%%

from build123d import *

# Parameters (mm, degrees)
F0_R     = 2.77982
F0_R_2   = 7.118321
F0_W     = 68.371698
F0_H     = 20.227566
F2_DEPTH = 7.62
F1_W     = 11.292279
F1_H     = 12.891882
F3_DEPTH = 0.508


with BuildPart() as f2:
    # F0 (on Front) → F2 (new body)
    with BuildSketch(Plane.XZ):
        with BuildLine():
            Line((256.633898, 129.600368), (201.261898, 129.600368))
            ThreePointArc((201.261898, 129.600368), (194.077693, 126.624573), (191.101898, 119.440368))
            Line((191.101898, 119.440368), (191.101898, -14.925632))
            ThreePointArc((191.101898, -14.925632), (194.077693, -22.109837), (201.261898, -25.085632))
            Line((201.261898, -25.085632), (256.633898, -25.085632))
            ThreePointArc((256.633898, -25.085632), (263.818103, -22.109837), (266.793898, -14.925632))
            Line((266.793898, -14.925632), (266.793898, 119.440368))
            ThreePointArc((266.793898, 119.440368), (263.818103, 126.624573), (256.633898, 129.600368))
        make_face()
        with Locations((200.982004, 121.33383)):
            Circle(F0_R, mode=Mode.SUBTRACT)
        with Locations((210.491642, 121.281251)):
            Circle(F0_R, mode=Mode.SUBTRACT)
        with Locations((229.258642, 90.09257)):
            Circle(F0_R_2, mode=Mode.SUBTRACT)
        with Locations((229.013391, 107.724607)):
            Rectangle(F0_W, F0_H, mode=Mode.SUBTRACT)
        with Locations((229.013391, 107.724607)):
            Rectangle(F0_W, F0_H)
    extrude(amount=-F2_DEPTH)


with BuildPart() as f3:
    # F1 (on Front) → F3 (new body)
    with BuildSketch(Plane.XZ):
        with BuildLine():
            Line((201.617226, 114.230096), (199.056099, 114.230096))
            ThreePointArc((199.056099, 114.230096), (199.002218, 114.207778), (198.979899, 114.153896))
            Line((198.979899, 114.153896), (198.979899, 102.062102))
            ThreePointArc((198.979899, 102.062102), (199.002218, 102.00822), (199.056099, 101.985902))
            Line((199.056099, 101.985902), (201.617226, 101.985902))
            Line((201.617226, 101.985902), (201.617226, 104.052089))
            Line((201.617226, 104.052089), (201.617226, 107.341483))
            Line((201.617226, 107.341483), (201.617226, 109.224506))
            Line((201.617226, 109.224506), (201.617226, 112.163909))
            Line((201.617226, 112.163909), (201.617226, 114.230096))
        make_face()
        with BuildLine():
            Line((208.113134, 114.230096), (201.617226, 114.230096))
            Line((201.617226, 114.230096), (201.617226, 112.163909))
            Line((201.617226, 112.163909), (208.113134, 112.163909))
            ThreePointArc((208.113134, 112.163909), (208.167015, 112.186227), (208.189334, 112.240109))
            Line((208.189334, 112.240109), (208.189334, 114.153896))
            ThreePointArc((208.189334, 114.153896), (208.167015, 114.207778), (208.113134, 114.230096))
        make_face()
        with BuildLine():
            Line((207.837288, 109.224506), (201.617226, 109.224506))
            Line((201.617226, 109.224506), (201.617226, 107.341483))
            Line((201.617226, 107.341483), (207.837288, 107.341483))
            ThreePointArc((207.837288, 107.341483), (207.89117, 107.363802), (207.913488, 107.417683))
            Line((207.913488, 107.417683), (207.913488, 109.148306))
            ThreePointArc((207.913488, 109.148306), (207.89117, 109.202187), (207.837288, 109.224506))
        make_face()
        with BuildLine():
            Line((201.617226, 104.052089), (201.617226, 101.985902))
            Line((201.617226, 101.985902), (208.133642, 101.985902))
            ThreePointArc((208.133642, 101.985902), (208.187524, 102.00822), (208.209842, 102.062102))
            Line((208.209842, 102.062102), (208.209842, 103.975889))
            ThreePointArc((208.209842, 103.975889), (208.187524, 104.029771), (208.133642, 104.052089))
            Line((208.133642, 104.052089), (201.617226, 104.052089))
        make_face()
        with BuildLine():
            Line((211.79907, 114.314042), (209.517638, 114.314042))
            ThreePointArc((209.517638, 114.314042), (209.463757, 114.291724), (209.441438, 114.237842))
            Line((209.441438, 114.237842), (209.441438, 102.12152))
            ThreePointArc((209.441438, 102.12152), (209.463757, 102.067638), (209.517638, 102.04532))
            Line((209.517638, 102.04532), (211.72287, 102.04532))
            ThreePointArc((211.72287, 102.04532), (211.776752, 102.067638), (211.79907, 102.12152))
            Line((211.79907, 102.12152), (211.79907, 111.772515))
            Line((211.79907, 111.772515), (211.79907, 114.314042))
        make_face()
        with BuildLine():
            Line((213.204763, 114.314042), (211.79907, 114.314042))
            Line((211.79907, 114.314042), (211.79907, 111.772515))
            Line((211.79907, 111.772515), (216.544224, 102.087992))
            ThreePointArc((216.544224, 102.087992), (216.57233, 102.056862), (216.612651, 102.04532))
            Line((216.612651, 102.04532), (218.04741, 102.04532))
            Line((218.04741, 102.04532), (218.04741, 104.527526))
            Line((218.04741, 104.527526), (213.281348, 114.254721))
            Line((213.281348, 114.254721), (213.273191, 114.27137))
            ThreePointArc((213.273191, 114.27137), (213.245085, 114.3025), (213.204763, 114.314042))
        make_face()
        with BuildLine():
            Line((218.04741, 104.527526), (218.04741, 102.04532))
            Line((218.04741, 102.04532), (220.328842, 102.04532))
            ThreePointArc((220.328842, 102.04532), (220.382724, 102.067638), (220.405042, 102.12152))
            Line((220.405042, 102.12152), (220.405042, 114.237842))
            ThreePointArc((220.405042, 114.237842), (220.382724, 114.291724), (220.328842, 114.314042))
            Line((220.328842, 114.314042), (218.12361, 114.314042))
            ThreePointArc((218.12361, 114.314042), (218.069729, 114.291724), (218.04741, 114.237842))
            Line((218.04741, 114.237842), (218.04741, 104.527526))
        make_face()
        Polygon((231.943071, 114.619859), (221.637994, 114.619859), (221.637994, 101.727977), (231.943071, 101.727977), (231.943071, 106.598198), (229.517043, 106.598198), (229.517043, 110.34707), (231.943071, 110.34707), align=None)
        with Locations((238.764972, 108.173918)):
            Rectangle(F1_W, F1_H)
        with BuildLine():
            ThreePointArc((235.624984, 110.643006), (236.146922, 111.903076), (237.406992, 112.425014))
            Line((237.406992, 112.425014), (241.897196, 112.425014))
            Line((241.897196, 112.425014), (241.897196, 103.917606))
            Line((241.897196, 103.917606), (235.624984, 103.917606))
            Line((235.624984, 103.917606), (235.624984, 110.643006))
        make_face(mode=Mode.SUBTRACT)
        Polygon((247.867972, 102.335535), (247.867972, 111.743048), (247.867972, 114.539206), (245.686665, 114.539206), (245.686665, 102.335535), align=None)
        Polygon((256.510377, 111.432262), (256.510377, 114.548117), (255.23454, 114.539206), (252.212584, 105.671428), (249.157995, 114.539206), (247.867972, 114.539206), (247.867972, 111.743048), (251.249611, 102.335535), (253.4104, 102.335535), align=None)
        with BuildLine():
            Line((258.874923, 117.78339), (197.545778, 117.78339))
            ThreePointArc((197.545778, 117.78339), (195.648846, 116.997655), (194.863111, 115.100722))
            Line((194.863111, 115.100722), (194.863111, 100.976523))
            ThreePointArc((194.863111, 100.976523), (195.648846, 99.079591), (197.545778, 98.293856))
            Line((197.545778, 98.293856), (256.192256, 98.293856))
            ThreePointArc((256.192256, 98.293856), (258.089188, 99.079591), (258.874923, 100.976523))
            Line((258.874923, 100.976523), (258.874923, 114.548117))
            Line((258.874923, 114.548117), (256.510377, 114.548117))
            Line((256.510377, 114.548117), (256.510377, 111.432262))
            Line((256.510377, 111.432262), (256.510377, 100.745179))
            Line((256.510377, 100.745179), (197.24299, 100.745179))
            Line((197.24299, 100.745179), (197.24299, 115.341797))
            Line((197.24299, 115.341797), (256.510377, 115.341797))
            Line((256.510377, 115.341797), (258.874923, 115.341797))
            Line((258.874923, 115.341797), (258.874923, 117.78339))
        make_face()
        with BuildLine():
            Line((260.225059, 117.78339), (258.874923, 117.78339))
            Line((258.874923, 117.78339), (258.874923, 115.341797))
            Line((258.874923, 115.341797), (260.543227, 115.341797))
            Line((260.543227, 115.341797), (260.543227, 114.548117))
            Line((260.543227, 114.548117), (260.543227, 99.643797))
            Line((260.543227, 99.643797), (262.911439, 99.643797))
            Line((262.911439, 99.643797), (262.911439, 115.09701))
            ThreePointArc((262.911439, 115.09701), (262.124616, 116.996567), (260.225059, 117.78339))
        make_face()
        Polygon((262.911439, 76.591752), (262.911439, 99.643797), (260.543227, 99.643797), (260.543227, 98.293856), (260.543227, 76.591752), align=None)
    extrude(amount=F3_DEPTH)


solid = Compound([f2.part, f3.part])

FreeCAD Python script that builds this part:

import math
import FreeCAD as App
import Part
import Sketcher

V = App.Vector
Q = App.Units.Quantity


def add_polygon(sketch, points):
    """Adds a closed chain of lines whose ends are joined by coincident constraints."""
    first, n = sketch.GeometryCount, len(points)
    for a, b in zip(points, points[1:] + points[:1]):
        sketch.addGeometry(Part.LineSegment(App.Vector(*a, 0), App.Vector(*b, 0)), False)
    for i in range(n):
        sketch.addConstraint(Sketcher.Constraint("Coincident", first + i, 2, first + (i + 1) % n, 1))

doc = App.newDocument("Part")
body = doc.addObject("PartDesign::Body", "Body")

# Sketch on XZ plane
sketch1 = doc.addObject("Sketcher::SketchObject", "Sketch")
body.addObject(sketch1)
sketch1.AttachmentSupport = (doc.XZ_Plane, [""])
sketch1.MapMode = "FlatFace"
sketch1.addGeometry(Part.LineSegment(V(256.6, 129.6, 0), V(201.3, 129.6, 0)), False)
sketch1.addGeometry(Part.ArcOfCircle(Part.Circle(V(201.3, 119.4, 0), V(0, 0, 1), 10.2), math.radians(90), math.radians(180)), False)
sketch1.addGeometry(Part.LineSegment(V(191.1, 119.4, 0), V(191.1, -14.9, 0)), False)
sketch1.addGeometry(Part.ArcOfCircle(Part.Circle(V(201.3, -14.9, 0), V(0, 0, 1), 10.2), math.radians(180), math.radians(270)), False)
sketch1.addGeometry(Part.LineSegment(V(201.3, -25.1, 0), V(256.6, -25.1, 0)), False)
sketch1.addGeometry(Part.ArcOfCircle(Part.Circle(V(256.6, -14.9, 0), V(0, 0, 1), 10.2), math.radians(-90), math.radians(0)), False)
sketch1.addGeometry(Part.LineSegment(V(266.8, -14.9, 0), V(266.8, 119.4, 0)), False)
sketch1.addGeometry(Part.ArcOfCircle(Part.Circle(V(256.6, 119.4, 0), V(0, 0, 1), 10.2), math.radians(0), math.radians(90)), False)
sketch1.addGeometry(Part.Circle(V(229.3, 90.1, 0), V(0, 0, 1), 7.1), False)
sketch1.addGeometry(Part.Circle(V(201, 121.3, 0), V(0, 0, 1), 2.8), False)
sketch1.addGeometry(Part.Circle(V(210.5, 121.3, 0), V(0, 0, 1), 2.8), False)
sketch1.addConstraint(Sketcher.Constraint("Tangent", 0, 2, 1, 1))
sketch1.addConstraint(Sketcher.Constraint("Tangent", 1, 2, 2, 1))
sketch1.addConstraint(Sketcher.Constraint("Tangent", 2, 2, 3, 1))
sketch1.addConstraint(Sketcher.Constraint("Tangent", 3, 2, 4, 1))
sketch1.addConstraint(Sketcher.Constraint("Tangent", 4, 2, 5, 1))
sketch1.addConstraint(Sketcher.Constraint("Tangent", 5, 2, 6, 1))
sketch1.addConstraint(Sketcher.Constraint("Tangent", 6, 2, 7, 1))
sketch1.addConstraint(Sketcher.Constraint("Tangent", 7, 2, 0, 1))
sketch1.addConstraint(Sketcher.Constraint("Horizontal", 0))
sketch1.addConstraint(Sketcher.Constraint("Vertical", 2))
sketch1.addConstraint(Sketcher.Constraint("Horizontal", 4))
sketch1.addConstraint(Sketcher.Constraint("Vertical", 6))
sketch1.addConstraint(Sketcher.Constraint("Equal", 1, 3))
sketch1.addConstraint(Sketcher.Constraint("Equal", 3, 5))
sketch1.addConstraint(Sketcher.Constraint("Equal", 5, 7))
sketch1.addConstraint(Sketcher.Constraint("Equal", 9, 10))
sketch1.addConstraint(Sketcher.Constraint("Radius", 1, Q("0.4 in")))
sketch1.addConstraint(Sketcher.Constraint("DistanceX", 0, 2, 0, 1, Q("2.18 in")))
sketch1.addConstraint(Sketcher.Constraint("DistanceY", 2, 2, 2, 1, Q("5.29 in")))
sketch1.addConstraint(Sketcher.Constraint("Diameter", 9, 5.55964))
sketch1.addConstraint(Sketcher.Constraint("Diameter", 8, 14.236642))
sketch1.addConstraint(Sketcher.Constraint("DistanceX", -1, 1, 5, 3, 256.633898))
sketch1.addConstraint(Sketcher.Constraint("DistanceY", 8, 3, 7, 3, 29.347798))
sketch1.addConstraint(Sketcher.Constraint("DistanceX", 10, 3, 8, 3, 18.767))
sketch1.addConstraint(Sketcher.Constraint("DistanceY", -1, 1, 1, 3, 119.440368))
sketch1.addConstraint(Sketcher.Constraint("DistanceX", -1, 1, 8, 3, 229.258642))
sketch1.addConstraint(Sketcher.Constraint("DistanceY", -1, 1, 9, 3, 121.33383))
sketch1.addConstraint(Sketcher.Constraint("DistanceY", -1, 1, 10, 3, 121.281251))
sketch1.addConstraint(Sketcher.Constraint("DistanceX", 9, 3, 8, 3, 28.276638))
pad1 = doc.addObject("PartDesign::Pad", "Pad")
body.addObject(pad1)
pad1.Profile = sketch1
pad1.Length = Q("0.3 in")
pad1.Reversed = True
body2 = doc.addObject("PartDesign::Body", "Body001")
body2.AllowCompound = True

%%

# EXERCISE DIRECTIONS
Give the exact lines, and only those, from the line containing "Line((258.874923, 117.78339), (258.874923, 115.341797))" through the line containing "FreeCAD Python script" in the entries above.

# WRITTEN RESPONSE
            Line((258.874923, 117.78339), (258.874923, 115.341797))
            Line((258.874923, 115.341797), (260.543227, 115.341797))
            Line((260.543227, 115.341797), (260.543227, 114.548117))
            Line((260.543227, 114.548117), (260.543227, 99.643797))
            Line((260.543227, 99.643797), (262.911439, 99.643797))
            Line((262.911439, 99.643797), (262.911439, 115.09701))
            ThreePointArc((262.911439, 115.09701), (262.124616, 116.996567), (260.225059, 117.78339))
        make_face()
        Polygon((262.911439, 76.591752), (262.911439, 99.643797), (260.543227, 99.643797), (260.543227, 98.293856), (260.543227, 76.591752), align=None)
    extrude(amount=F3_DEPTH)


solid = Compound([f2.part, f3.part])

FreeCAD Python script that builds this part:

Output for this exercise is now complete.